What is required ▸ Please take the records that follow and repeat exactly the lines starting with the line with "line L4 (4.256, 1.3829)" and going on through the line with "line L1 (0, 12.5) -> (-12.5, 12.5)".

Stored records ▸
——————————
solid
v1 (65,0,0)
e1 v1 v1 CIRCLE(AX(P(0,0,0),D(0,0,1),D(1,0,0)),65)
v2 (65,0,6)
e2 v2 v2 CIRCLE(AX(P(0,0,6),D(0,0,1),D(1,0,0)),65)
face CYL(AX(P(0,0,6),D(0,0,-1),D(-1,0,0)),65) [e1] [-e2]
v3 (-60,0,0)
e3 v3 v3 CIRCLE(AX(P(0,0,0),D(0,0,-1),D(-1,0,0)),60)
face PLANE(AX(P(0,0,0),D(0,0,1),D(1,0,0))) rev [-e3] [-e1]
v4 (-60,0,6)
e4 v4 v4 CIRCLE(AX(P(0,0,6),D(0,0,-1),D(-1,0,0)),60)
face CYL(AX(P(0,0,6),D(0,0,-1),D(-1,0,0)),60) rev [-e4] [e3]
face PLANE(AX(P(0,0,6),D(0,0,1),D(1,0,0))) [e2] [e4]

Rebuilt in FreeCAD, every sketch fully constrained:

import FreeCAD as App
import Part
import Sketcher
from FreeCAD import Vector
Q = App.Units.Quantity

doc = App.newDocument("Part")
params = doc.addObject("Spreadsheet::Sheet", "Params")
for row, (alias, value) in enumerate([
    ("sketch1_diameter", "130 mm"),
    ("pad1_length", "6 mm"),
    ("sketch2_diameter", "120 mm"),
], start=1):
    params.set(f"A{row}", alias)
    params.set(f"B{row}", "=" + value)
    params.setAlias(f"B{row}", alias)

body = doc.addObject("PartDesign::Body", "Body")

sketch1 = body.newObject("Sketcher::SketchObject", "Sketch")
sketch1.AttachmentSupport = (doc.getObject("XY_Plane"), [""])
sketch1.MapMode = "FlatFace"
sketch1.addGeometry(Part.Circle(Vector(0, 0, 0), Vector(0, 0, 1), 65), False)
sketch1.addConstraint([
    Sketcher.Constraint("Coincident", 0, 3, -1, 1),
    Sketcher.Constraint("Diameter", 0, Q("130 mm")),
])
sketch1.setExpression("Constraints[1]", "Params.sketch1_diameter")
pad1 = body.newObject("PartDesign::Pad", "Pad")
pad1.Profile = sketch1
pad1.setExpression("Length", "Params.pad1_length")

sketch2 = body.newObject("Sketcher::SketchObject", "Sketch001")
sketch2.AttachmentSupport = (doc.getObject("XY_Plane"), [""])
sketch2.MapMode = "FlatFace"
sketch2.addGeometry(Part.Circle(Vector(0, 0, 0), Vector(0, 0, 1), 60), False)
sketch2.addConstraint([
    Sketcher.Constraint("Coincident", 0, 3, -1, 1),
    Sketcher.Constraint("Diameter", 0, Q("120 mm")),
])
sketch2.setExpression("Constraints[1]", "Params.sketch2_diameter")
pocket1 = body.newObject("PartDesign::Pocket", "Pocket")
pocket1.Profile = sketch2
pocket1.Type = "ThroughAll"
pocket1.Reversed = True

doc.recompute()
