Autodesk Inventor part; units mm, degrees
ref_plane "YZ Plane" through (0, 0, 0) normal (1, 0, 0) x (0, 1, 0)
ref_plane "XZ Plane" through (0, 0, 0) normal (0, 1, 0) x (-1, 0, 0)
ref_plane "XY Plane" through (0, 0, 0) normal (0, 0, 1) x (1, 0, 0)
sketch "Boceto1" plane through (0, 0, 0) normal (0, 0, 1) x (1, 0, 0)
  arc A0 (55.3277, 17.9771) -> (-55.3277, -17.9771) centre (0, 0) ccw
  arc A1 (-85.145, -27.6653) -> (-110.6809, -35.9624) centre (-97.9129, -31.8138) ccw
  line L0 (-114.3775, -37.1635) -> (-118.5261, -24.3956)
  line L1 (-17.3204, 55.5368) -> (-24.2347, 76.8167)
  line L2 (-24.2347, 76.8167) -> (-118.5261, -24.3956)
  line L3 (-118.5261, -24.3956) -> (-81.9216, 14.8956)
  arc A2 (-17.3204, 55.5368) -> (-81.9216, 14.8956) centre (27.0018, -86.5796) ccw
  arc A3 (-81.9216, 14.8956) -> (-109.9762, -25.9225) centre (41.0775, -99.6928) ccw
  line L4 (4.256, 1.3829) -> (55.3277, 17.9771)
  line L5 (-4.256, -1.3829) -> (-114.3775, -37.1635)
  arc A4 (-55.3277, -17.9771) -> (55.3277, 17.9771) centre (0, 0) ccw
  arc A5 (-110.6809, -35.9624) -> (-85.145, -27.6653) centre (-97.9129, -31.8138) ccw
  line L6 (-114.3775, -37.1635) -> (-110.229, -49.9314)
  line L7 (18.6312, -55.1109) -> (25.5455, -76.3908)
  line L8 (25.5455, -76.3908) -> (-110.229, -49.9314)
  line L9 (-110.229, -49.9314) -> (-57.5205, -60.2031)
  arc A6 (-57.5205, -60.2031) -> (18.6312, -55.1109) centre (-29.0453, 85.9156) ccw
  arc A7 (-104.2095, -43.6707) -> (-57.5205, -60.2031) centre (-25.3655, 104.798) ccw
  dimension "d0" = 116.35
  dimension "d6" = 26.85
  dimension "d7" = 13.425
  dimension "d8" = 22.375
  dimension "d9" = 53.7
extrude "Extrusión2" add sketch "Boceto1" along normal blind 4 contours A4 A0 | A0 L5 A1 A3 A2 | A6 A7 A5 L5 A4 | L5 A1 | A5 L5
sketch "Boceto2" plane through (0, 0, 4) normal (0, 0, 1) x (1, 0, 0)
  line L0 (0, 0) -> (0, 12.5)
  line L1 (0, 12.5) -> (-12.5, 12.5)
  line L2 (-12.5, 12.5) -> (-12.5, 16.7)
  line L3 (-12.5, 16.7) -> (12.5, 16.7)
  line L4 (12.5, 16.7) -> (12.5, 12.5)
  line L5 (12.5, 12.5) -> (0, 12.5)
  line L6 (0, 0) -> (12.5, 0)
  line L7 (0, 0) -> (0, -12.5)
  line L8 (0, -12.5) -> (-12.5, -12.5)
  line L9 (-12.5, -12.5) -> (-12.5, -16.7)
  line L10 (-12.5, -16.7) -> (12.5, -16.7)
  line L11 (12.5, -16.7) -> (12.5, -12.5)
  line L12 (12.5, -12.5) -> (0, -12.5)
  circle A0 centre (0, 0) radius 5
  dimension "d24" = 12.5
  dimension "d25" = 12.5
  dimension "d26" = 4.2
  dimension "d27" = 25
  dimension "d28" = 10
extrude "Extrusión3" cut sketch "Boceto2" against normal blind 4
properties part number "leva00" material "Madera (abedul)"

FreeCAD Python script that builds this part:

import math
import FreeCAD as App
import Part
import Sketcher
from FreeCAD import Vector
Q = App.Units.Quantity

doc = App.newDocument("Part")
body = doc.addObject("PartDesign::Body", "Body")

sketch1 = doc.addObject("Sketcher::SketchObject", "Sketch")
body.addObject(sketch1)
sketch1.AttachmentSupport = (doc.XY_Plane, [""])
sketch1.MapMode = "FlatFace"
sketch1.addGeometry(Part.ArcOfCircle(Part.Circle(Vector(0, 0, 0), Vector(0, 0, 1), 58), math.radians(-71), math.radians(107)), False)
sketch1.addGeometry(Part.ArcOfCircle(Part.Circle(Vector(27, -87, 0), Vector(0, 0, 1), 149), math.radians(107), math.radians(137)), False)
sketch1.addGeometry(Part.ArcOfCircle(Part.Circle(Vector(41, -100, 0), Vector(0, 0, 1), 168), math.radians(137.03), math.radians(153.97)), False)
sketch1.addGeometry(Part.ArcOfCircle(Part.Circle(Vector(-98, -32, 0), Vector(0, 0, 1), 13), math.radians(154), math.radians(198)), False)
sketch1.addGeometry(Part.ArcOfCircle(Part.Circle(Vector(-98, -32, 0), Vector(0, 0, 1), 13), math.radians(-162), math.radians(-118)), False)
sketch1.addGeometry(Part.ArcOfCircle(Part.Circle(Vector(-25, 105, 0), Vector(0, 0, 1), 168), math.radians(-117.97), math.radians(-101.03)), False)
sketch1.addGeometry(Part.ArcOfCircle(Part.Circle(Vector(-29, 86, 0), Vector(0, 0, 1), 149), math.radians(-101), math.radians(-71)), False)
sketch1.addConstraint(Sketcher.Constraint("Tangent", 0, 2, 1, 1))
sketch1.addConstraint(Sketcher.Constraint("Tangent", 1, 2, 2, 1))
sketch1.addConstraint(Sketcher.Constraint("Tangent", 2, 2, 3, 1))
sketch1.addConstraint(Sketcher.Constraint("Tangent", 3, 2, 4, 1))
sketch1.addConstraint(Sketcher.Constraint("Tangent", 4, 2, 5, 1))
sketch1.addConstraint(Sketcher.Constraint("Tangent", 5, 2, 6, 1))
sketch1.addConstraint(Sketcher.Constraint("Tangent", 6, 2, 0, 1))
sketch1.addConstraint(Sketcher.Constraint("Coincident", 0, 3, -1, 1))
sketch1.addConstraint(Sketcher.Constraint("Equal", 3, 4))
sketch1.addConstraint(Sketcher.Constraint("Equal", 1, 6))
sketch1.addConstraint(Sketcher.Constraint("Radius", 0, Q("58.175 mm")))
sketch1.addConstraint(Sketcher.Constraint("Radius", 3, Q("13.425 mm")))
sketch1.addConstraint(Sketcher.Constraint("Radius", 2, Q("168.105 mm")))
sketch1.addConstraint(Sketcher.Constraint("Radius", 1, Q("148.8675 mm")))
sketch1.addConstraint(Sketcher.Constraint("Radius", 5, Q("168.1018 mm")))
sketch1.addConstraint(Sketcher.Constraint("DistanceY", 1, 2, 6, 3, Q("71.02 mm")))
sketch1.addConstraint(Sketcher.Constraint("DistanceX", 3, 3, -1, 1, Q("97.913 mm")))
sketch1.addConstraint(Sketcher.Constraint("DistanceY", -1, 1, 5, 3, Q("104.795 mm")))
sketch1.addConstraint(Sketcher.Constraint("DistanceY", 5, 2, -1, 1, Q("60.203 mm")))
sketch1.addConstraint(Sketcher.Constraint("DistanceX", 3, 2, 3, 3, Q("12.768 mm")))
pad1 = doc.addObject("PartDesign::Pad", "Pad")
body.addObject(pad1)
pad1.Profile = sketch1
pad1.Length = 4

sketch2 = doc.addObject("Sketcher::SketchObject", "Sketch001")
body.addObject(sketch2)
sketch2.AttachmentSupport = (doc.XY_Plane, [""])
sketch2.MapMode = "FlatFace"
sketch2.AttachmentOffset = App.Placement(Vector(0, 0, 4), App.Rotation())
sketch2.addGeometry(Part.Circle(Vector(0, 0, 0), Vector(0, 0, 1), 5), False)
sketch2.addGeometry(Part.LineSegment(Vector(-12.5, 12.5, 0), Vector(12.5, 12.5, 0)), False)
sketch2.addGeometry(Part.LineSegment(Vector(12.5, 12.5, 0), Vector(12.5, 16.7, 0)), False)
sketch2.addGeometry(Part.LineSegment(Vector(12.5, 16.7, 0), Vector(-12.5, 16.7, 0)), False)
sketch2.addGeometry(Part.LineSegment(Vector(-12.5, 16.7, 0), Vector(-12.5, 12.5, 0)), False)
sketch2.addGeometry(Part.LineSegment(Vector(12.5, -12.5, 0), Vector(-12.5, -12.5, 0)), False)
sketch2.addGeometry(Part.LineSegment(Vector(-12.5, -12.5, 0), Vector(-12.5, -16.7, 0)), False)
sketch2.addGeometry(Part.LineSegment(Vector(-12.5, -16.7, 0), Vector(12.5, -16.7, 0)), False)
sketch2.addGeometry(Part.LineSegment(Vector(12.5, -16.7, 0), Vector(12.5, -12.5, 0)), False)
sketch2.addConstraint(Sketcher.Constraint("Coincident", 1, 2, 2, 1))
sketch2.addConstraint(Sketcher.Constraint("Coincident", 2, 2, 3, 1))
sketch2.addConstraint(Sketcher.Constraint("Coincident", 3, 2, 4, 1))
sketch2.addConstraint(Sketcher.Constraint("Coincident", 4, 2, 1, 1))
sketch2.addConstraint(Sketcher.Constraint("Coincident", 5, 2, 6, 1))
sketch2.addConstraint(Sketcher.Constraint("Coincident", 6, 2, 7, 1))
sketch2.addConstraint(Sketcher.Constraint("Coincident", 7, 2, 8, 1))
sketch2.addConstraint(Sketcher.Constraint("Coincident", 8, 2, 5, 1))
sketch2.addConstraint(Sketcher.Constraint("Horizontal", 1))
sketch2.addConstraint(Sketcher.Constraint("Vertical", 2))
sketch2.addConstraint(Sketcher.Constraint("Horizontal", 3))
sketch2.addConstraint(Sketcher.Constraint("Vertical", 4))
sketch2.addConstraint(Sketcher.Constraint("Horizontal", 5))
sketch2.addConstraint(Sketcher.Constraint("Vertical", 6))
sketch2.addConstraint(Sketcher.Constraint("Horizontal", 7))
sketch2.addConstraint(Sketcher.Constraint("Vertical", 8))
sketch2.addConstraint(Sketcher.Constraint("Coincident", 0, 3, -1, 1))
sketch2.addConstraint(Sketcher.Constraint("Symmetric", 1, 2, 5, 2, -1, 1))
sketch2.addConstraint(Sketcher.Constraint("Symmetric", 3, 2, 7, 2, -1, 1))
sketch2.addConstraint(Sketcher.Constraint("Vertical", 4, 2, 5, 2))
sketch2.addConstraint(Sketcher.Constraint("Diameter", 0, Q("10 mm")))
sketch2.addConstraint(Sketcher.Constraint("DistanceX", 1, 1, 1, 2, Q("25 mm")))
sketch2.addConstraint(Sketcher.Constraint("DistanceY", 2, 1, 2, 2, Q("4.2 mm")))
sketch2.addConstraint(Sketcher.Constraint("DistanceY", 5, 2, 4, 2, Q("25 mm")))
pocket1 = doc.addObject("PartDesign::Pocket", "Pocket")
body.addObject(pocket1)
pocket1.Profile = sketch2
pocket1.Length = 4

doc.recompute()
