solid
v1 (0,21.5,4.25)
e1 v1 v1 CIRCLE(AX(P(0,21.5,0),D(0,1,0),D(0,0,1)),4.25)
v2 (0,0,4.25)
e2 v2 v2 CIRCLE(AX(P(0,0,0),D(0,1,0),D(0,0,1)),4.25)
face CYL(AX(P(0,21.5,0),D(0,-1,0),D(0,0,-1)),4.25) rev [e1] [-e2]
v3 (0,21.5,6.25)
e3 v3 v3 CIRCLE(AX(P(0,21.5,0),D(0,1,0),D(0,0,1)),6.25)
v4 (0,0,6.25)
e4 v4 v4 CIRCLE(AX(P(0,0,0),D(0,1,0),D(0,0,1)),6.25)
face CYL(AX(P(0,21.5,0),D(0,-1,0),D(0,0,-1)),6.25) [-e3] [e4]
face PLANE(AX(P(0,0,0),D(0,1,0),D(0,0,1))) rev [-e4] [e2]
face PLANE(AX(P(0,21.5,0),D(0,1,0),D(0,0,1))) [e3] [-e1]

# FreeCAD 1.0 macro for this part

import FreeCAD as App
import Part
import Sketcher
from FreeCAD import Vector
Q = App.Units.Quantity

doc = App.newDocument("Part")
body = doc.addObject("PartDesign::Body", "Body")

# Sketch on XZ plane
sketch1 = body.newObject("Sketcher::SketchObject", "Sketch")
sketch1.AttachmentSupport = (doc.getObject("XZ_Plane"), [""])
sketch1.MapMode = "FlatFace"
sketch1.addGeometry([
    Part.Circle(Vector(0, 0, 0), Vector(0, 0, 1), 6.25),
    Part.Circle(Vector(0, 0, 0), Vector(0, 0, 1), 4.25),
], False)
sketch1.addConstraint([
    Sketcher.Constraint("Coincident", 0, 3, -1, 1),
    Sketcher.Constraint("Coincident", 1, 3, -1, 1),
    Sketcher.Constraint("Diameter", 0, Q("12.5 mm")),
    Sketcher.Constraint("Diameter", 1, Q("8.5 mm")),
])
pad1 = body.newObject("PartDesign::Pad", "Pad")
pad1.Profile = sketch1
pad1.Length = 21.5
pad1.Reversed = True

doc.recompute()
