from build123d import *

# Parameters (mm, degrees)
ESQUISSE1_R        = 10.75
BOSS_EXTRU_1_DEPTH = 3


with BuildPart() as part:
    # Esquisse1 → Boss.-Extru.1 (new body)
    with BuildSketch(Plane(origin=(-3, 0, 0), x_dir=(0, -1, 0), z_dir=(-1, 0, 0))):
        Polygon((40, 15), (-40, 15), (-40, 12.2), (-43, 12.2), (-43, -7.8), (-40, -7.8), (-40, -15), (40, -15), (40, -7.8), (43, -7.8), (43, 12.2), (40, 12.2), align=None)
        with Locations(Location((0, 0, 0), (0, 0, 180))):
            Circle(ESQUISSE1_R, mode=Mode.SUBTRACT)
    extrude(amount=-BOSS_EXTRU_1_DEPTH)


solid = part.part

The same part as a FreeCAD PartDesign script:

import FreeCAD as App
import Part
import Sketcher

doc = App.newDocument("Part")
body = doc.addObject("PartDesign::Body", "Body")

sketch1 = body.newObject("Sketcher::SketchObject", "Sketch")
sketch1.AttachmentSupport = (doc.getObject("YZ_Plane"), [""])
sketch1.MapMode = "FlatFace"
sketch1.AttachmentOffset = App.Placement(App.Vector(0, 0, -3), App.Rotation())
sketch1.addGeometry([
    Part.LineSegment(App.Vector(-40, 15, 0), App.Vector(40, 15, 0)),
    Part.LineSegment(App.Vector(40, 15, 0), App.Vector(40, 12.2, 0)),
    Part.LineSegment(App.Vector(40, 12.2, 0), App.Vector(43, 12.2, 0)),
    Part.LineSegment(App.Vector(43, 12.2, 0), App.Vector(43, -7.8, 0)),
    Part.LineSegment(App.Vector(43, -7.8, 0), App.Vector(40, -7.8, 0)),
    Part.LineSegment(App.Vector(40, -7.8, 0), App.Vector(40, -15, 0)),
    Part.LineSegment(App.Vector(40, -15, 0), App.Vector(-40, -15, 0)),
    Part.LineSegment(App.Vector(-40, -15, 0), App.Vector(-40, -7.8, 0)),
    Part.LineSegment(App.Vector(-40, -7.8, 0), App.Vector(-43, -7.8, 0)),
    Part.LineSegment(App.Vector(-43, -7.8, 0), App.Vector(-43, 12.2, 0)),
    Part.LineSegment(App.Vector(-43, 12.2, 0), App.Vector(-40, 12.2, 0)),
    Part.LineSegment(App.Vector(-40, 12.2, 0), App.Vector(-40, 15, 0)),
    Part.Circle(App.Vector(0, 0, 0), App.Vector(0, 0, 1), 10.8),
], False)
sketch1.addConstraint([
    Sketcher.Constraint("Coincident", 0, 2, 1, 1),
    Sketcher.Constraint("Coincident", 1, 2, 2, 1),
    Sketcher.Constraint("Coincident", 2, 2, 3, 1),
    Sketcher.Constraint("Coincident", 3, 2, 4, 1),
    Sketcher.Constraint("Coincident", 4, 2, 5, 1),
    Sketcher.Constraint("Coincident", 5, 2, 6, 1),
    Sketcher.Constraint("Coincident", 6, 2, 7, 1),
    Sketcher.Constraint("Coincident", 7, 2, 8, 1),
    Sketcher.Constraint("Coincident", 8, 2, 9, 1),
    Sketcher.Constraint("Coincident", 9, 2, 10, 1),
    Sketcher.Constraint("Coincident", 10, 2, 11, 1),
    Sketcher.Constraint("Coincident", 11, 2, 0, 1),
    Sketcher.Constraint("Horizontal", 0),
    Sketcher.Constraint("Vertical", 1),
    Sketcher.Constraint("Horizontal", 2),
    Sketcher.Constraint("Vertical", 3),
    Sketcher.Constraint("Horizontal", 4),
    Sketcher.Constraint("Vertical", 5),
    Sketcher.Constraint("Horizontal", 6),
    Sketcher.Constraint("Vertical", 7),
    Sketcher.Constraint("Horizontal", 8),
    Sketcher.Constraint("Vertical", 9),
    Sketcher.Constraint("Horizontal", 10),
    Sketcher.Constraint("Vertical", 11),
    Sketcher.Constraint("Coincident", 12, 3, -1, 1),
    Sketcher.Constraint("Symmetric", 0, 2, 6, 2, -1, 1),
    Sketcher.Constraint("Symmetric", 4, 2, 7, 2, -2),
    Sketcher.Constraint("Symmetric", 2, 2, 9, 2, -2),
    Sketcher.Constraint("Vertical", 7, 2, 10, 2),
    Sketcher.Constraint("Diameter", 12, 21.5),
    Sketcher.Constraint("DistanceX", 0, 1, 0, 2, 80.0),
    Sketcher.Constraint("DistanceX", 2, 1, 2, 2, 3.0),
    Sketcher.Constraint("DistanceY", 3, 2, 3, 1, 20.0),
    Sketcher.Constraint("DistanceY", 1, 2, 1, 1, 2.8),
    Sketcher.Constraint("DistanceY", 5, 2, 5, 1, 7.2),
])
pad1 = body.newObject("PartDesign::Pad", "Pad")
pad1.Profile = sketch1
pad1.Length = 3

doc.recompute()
——————————
Expected answer ▸
  line L4 (4.256, 1.3829) -> (55.3277, 17.9771)
  line L5 (-4.256, -1.3829) -> (-114.3775, -37.1635)
  arc A4 (-55.3277, -17.9771) -> (55.3277, 17.9771) centre (0, 0) ccw
  arc A5 (-110.6809, -35.9624) -> (-85.145, -27.6653) centre (-97.9129, -31.8138) ccw
  line L6 (-114.3775, -37.1635) -> (-110.229, -49.9314)
  line L7 (18.6312, -55.1109) -> (25.5455, -76.3908)
  line L8 (25.5455, -76.3908) -> (-110.229, -49.9314)
  line L9 (-110.229, -49.9314) -> (-57.5205, -60.2031)
  arc A6 (-57.5205, -60.2031) -> (18.6312, -55.1109) centre (-29.0453, 85.9156) ccw
  arc A7 (-104.2095, -43.6707) -> (-57.5205, -60.2031) centre (-25.3655, 104.798) ccw
  dimension "d0" = 116.35
  dimension "d6" = 26.85
  dimension "d7" = 13.425
  dimension "d8" = 22.375
  dimension "d9" = 53.7
extrude "Extrusión2" add sketch "Boceto1" along normal blind 4 contours A4 A0 | A0 L5 A1 A3 A2 | A6 A7 A5 L5 A4 | L5 A1 | A5 L5
sketch "Boceto2" plane through (0, 0, 4) normal (0, 0, 1) x (1, 0, 0)
  line L0 (0, 0) -> (0, 12.5)
  line L1 (0, 12.5) -> (-12.5, 12.5)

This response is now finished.